_WORK ITEM_: Repeat exactly the opening lines of the records, ending with the line that contains "#10=(NAMED_UNIT(*)SI_UNIT($,.STERADIAN.)SOLID_ANGLE_UNIT());".

_Dataset entries_:
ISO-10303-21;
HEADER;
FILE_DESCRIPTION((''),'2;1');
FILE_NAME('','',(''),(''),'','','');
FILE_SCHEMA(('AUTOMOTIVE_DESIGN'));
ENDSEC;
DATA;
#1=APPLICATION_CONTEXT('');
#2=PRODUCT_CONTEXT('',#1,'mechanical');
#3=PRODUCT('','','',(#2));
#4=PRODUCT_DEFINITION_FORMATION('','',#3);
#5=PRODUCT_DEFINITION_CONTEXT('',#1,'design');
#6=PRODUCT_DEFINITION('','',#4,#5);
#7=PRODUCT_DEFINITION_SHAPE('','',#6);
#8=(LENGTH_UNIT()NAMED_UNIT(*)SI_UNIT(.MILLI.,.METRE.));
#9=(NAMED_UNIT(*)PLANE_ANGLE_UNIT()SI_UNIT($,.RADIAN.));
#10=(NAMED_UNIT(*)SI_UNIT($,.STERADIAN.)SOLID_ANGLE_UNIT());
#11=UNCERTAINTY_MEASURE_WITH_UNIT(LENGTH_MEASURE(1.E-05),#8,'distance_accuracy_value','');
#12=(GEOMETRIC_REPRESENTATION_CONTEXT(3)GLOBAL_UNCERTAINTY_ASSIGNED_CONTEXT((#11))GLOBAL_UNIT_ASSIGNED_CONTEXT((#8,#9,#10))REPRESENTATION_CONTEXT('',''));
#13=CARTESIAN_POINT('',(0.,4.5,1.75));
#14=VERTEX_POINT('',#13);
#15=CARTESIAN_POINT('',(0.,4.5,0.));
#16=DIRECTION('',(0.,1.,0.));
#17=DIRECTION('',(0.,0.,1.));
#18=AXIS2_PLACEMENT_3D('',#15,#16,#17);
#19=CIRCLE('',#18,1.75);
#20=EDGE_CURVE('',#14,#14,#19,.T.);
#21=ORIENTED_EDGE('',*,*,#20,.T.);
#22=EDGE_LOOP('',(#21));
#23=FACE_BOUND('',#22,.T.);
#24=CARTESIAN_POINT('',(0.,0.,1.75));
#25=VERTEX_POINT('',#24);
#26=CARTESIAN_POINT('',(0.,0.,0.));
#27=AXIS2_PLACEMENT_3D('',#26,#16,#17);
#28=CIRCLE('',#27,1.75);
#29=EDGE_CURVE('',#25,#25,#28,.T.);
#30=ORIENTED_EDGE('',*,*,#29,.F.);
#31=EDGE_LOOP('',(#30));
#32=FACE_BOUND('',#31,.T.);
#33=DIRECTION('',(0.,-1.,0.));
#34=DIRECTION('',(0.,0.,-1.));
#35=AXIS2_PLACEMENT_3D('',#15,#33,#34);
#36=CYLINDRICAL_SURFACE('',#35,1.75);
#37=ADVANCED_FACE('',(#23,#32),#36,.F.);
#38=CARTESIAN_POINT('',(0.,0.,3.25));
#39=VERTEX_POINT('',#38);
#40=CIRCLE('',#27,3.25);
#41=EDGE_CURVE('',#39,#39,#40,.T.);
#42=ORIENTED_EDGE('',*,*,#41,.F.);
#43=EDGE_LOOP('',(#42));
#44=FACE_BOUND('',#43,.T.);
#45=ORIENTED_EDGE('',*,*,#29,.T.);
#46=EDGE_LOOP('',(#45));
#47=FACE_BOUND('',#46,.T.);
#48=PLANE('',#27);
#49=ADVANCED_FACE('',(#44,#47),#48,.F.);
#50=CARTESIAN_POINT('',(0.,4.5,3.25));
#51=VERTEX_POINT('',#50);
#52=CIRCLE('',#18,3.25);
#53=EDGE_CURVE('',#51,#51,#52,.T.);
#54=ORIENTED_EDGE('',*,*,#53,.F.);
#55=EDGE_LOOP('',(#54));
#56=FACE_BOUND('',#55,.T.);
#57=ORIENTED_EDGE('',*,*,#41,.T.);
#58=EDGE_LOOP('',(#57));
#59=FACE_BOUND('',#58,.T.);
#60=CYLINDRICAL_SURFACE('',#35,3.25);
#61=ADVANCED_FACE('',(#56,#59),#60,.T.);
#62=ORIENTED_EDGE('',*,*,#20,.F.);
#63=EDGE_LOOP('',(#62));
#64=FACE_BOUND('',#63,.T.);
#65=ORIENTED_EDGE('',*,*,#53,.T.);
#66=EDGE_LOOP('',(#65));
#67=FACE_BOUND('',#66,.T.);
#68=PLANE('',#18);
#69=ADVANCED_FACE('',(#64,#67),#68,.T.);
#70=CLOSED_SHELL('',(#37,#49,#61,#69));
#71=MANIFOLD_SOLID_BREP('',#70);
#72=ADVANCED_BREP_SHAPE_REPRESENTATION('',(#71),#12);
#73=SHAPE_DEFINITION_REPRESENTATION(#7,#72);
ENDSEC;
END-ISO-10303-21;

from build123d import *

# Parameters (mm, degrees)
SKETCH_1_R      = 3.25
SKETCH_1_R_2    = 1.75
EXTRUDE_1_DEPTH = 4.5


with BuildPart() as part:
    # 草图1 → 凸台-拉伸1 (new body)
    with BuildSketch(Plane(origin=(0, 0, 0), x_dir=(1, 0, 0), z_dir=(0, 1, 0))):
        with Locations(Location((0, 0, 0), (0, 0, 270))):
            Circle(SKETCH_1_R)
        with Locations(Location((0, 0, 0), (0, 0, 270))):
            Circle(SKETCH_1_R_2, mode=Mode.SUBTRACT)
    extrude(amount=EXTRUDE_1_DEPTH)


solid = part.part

_EXERCISE SOLUTION_:
ISO-10303-21;
HEADER;
FILE_DESCRIPTION((''),'2;1');
FILE_NAME('','',(''),(''),'','','');
FILE_SCHEMA(('AUTOMOTIVE_DESIGN'));
ENDSEC;
DATA;
#1=APPLICATION_CONTEXT('');
#2=PRODUCT_CONTEXT('',#1,'mechanical');
#3=PRODUCT('','','',(#2));
#4=PRODUCT_DEFINITION_FORMATION('','',#3);
#5=PRODUCT_DEFINITION_CONTEXT('',#1,'design');
#6=PRODUCT_DEFINITION('','',#4,#5);
#7=PRODUCT_DEFINITION_SHAPE('','',#6);
#8=(LENGTH_UNIT()NAMED_UNIT(*)SI_UNIT(.MILLI.,.METRE.));
#9=(NAMED_UNIT(*)PLANE_ANGLE_UNIT()SI_UNIT($,.RADIAN.));
#10=(NAMED_UNIT(*)SI_UNIT($,.STERADIAN.)SOLID_ANGLE_UNIT());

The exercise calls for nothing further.